Which Foods Contain Vitamin E in Abundance? Which Foods Are Rich in Vitamin E?


1. Sunflower Seeds:

(per 100 g = 35.17 mg) Snack on roasted and salted sunflower seeds or add to cakes and cookies while baking. You can also add them to yogurt, salads, parfaits, and oatmeal.

2. Almonds:

(per 100 g = 25.63 mg) Another great item for breakfast, they can also be added to baked goods and cereals. If you are vegan, you can add almond milk to your diet. Almonds are also a good source of protein.

3. Wheatgerm Oil:

(per 100 g = 20.32 mg) this oil obtained from the center of the wheat kernel is rich in vitamins A, B, and D, along with vitamin E.

4. Peanuts:

(per 100 g = 4.93 mg) avoid salted and flavored peanuts; go for plain roasted ones instead.

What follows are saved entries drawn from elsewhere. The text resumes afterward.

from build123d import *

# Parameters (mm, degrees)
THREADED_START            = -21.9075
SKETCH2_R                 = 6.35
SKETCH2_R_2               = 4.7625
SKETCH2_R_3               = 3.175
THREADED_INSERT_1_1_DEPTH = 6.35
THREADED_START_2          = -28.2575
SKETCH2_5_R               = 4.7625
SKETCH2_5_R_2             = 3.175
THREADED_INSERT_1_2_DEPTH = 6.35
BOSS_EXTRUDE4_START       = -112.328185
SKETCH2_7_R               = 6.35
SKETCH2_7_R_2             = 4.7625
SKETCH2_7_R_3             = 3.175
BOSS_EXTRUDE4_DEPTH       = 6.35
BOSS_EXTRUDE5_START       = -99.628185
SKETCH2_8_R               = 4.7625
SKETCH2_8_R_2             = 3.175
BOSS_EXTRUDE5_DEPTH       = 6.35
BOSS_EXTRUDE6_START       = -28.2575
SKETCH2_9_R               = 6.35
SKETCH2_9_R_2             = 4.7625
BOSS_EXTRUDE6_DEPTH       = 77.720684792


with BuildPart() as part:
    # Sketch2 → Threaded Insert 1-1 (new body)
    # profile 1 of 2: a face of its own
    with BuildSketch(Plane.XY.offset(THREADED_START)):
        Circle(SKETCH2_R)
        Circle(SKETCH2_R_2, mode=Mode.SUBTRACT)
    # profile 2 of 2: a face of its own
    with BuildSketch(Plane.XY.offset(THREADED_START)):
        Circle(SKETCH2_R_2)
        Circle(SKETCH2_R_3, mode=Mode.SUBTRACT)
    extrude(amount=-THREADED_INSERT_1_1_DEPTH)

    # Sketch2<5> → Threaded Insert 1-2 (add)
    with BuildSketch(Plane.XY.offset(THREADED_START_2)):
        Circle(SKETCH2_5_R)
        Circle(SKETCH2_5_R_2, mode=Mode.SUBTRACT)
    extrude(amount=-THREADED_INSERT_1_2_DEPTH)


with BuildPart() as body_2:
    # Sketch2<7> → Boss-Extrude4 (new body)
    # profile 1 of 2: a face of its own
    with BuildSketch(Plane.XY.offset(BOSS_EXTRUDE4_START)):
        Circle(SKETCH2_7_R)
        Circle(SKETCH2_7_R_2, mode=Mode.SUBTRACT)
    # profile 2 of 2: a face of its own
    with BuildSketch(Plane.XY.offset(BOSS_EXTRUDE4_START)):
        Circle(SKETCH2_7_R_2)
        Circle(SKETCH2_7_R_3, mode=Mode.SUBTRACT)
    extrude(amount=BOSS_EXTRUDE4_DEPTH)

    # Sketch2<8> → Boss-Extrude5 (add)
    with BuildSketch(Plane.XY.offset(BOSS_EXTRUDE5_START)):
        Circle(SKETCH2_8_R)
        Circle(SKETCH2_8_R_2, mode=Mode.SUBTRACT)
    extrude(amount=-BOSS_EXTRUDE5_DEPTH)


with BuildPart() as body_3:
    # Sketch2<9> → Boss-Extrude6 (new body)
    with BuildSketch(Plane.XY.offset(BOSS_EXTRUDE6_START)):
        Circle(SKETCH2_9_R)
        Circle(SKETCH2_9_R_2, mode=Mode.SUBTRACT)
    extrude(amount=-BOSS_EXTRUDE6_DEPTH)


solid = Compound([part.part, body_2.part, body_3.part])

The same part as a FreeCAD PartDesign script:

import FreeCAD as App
import Part
import Sketcher
Q = App.Units.Quantity

doc = App.newDocument("Part")
params = doc.addObject("Spreadsheet::Sheet", "Params")
for row, (alias, value) in enumerate([
    ("sketch1_diameter", "0.5 in"),
    ("sketch1_diameter2", "0.25 in"),
    ("pad1_length", "0.25 in"),
    ("sketch2_diameter", "0.25 in"),
    ("sketch2_diameter2", "0.375 in"),
    ("pad2_length", "0.25 in"),
    ("sketch3_diameter", "0.5 in"),
    ("sketch3_diameter2", "0.25 in"),
    ("pad3_length", "0.25 in"),
    ("sketch4_diameter", "0.25 in"),
    ("sketch4_diameter2", "0.375 in"),
    ("pad4_length", "0.25 in"),
    ("sketch5_diameter", "0.5 in"),
    ("sketch5_diameter2", "0.375 in"),
    ("pad5_length", "77.720685 mm"),
], start=1):
    params.set(f"A{row}", alias)
    params.set(f"B{row}", "=" + value)
    params.setAlias(f"B{row}", alias)

body = doc.addObject("PartDesign::Body", "Body")

# Sketch on XY plane
sketch1 = body.newObject("Sketcher::SketchObject", "Sketch")
sketch1.AttachmentSupport = (doc.getObject("XY_Plane"), [""])
sketch1.MapMode = "FlatFace"
sketch1.AttachmentOffset = App.Placement(App.Vector(0, 0, -0.8625 * 25.4), App.Rotation())
sketch1.addGeometry([
    Part.Circle(App.Vector(0, 0, 0), App.Vector(0, 0, 1), 6.3),
    Part.Circle(App.Vector(0, 0, 0), App.Vector(0, 0, 1), 3.2),
], False)
sketch1.addConstraint([
    Sketcher.Constraint("Coincident", 0, 3, -1, 1),
    Sketcher.Constraint("Coincident", 1, 3, -1, 1),
    Sketcher.Constraint("Diameter", 0, Q("0.5 in")),
    Sketcher.Constraint("Diameter", 1, Q("0.25 in")),
])
sketch1.setExpression("Constraints[2]", "Params.sketch1_diameter")
sketch1.setExpression("Constraints[3]", "Params.sketch1_diameter2")
pad1 = body.newObject("PartDesign::Pad", "Pad")
pad1.Profile = sketch1
pad1.setExpression("Length", "Params.pad1_length")
pad1.Reversed = True

# Sketch on XY plane
sketch2 = body.newObject("Sketcher::SketchObject", "Sketch001")
sketch2.AttachmentSupport = (doc.getObject("XY_Plane"), [""])
sketch2.MapMode = "FlatFace"
sketch2.AttachmentOffset = App.Placement(App.Vector(0, 0, -1.1125 * 25.4), App.Rotation())
sketch2.addGeometry([
    Part.Circle(App.Vector(0, 0, 0), App.Vector(0, 0, 1), 4.8),
    Part.Circle(App.Vector(0, 0, 0), App.Vector(0, 0, 1), 3.2),
], False)
sketch2.addConstraint([
    Sketcher.Constraint("Coincident", 0, 3, -1, 1),
    Sketcher.Constraint("Coincident", 1, 3, -1, 1),
    Sketcher.Constraint("Diameter", 1, Q("0.25 in")),
    Sketcher.Constraint("Diameter", 0, Q("0.375 in")),
])
sketch2.setExpression("Constraints[2]", "Params.sketch2_diameter")
sketch2.setExpression("Constraints[3]", "Params.sketch2_diameter2")
pad2 = body.newObject("PartDesign::Pad", "Pad001")
pad2.Profile = sketch2
pad2.setExpression("Length", "Params.pad2_length")
pad2.Reversed = True
body2 = doc.addObject("PartDesign::Body", "Body001")

# Sketch on XY plane
sketch3 = body2.newObject("Sketcher::SketchObject", "Sketch002")
sketch3.AttachmentSupport = (doc.getObject("XY_Plane001"), [""])
sketch3.MapMode = "FlatFace"
sketch3.AttachmentOffset = App.Placement(App.Vector(0, 0, -112.328185), App.Rotation())
sketch3.addGeometry([
    Part.Circle(App.Vector(0, 0, 0), App.Vector(0, 0, 1), 6.3),
    Part.Circle(App.Vector(0, 0, 0), App.Vector(0, 0, 1), 3.2),
], False)
sketch3.addConstraint([
    Sketcher.Constraint("Coincident", 0, 3, -1, 1),
    Sketcher.Constraint("Coincident", 1, 3, -1, 1),
    Sketcher.Constraint("Diameter", 0, Q("0.5 in")),
    Sketcher.Constraint("Diameter", 1, Q("0.25 in")),
])
sketch3.setExpression("Constraints[2]", "Params.sketch3_diameter")
sketch3.setExpression("Constraints[3]", "Params.sketch3_diameter2")
pad3 = body2.newObject("PartDesign::Pad", "Pad002")
pad3.Profile = sketch3
pad3.setExpression("Length", "Params.pad3_length")

# Sketch on XY plane
sketch4 = body2.newObject("Sketcher::SketchObject", "Sketch003")
sketch4.AttachmentSupport = (doc.getObject("XY_Plane001"), [""])
sketch4.MapMode = "FlatFace"
sketch4.AttachmentOffset = App.Placement(App.Vector(0, 0, -99.628185), App.Rotation())
sketch4.addGeometry([
    Part.Circle(App.Vector(0, 0, 0), App.Vector(0, 0, 1), 4.8),
    Part.Circle(App.Vector(0, 0, 0), App.Vector(0, 0, 1), 3.2),
], False)
sketch4.addConstraint([
    Sketcher.Constraint("Coincident", 0, 3, -1, 1),
    Sketcher.Constraint("Coincident", 1, 3, -1, 1),
    Sketcher.Constraint("Diameter", 1, Q("0.25 in")),
    Sketcher.Constraint("Diameter", 0, Q("0.375 in")),
])
sketch4.setExpression("Constraints[2]", "Params.sketch4_diameter")
sketch4.setExpression("Constraints[3]", "Params.sketch4_diameter2")
pad4 = body2.newObject("PartDesign::Pad", "Pad003")
pad4.Profile = sketch4
pad4.setExpression("Length", "Params.pad4_length")
pad4.Reversed = True
body3 = doc.addObject("PartDesign::Body", "Body002")

# Sketch on XY plane
sketch5 = body3.newObject("Sketcher::SketchObject", "Sketch004")
sketch5.AttachmentSupport = (doc.getObject("XY_Plane002"), [""])
sketch5.MapMode = "FlatFace"
sketch5.AttachmentOffset = App.Placement(App.Vector(0, 0, -1.1125 * 25.4), App.Rotation())
sketch5.addGeometry([
    Part.Circle(App.Vector(0, 0, 0), App.Vector(0, 0, 1), 6.3),
    Part.Circle(App.Vector(0, 0, 0), App.Vector(0, 0, 1), 4.8),
], False)
sketch5.addConstraint([
    Sketcher.Constraint("Coincident", 0, 3, -1, 1),
    Sketcher.Constraint("Coincident", 1, 3, -1, 1),
    Sketcher.Constraint("Diameter", 0, Q("0.5 in")),
    Sketcher.Constraint("Diameter", 1, Q("0.375 in")),
])
sketch5.setExpression("Constraints[2]", "Params.sketch5_diameter")
sketch5.setExpression("Constraints[3]", "Params.sketch5_diameter2")
pad5 = body3.newObject("PartDesign::Pad", "Pad004")
pad5.Profile = sketch5
pad5.setExpression("Length", "Params.pad5_length")
pad5.Reversed = True

doc.recompute()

Read More: Wellhealthorganic.Com: 10 Life-Changing Benefits of Eating Roasted Gram!

5. Rice Husk Oil:

(per 100 g = 4.39 mg) this oil is extracted from the husk or rice husk, which is the hard outer brown layer. It has a high smoking point and mild flavor, so it is ideal for stir-fries and as an addition to soups and dressings.

6. Avocados:

(per 100 g = 2.07 mg) the best thing about avocados is that they contain little sugar and are full of healthy fats. You can also get a healthy dose of vitamin E from this delicious fruit. Drizzle of olive oil on toast and eat with sesame seeds or salad.

7. Spinach:

(per 100 g = 2.03 mg) Besides being a good source of vitamin E, this dark green leafy green is a powerhouse of nutrients, especially iron. Add tart spinach to soup or eat fresh in a salad.


Note that Vitamin E is a fat-soluble vitamin, meaning it is absorbed by the body along with dietary fat. As long as you eat fatty sources of Vitamin E such as nuts, avocados, and oils, you don’t have to worry about the vitamins your body absorbs. However, if you are eating vegetables and fruits such as butternut squash, spinach, mango, etc., ensure the absorption of vitamin E by eating a little healthy fat.

Read More: Wellhealthorganic.Com: How Detox Water Works Its Magic in Reducing Weight!

Health Benefits of Vitamin E


Vitamin E is an antioxidant, which fights the harmful effects of free radicals in the body.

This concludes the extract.